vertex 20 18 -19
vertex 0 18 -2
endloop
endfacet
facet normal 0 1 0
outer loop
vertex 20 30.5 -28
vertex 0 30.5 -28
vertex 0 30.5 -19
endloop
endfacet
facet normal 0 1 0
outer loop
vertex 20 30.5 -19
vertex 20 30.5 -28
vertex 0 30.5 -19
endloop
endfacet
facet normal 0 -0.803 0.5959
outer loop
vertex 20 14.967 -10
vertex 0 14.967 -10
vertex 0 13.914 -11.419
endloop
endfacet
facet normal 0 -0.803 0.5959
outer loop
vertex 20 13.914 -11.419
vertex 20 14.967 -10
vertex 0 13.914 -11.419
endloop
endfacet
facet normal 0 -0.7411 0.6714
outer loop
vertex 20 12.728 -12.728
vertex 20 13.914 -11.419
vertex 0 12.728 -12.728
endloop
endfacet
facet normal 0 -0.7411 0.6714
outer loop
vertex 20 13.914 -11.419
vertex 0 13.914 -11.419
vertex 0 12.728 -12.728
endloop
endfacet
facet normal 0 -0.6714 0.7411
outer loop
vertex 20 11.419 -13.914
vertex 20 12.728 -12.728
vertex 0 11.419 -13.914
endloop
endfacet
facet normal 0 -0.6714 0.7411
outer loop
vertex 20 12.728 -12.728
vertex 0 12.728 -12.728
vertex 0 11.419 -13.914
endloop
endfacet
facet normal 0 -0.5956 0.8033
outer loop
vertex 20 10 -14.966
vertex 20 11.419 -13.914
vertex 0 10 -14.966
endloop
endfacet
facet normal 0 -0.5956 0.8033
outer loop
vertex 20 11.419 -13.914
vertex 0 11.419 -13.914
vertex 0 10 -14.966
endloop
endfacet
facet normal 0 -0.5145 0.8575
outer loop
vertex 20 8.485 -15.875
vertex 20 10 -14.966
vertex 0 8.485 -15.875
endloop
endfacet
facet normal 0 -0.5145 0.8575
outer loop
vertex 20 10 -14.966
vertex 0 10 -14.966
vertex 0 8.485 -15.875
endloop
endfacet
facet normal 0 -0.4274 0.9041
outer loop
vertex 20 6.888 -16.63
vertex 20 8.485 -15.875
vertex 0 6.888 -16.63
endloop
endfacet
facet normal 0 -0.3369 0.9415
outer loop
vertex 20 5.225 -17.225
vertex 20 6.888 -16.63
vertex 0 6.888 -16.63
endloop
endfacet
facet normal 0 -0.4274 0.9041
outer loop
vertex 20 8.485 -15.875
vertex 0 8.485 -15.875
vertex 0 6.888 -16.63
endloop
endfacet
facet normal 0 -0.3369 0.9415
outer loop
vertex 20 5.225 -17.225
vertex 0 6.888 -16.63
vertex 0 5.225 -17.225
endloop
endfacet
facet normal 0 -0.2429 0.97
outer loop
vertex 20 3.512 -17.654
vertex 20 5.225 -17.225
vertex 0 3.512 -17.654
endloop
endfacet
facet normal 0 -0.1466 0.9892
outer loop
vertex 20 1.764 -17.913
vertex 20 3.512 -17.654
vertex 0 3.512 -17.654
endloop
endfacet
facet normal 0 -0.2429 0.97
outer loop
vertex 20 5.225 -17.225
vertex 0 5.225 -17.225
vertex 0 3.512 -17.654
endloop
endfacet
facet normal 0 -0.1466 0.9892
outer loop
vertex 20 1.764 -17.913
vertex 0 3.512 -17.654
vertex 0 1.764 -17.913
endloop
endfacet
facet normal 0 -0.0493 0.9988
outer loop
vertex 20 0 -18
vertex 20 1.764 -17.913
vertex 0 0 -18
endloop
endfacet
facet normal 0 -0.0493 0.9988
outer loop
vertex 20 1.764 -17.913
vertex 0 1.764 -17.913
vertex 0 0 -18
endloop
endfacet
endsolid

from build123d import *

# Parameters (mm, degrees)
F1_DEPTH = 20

════════

● Task
Each line from the one holding "vertex 20 0 -18" down to the end of the records above is to be repeated exactly; no other line belongs in the reply.

● Answer space
vertex 20 0 -18
vertex 20 1.764 -17.913
vertex 0 0 -18
endloop
endfacet
facet normal 0 -0.0493 0.9988
outer loop
vertex 20 1.764 -17.913
vertex 0 1.764 -17.913
vertex 0 0 -18
endloop
endfacet
endsolid

from build123d import *

# Parameters (mm, degrees)
F1_DEPTH = 20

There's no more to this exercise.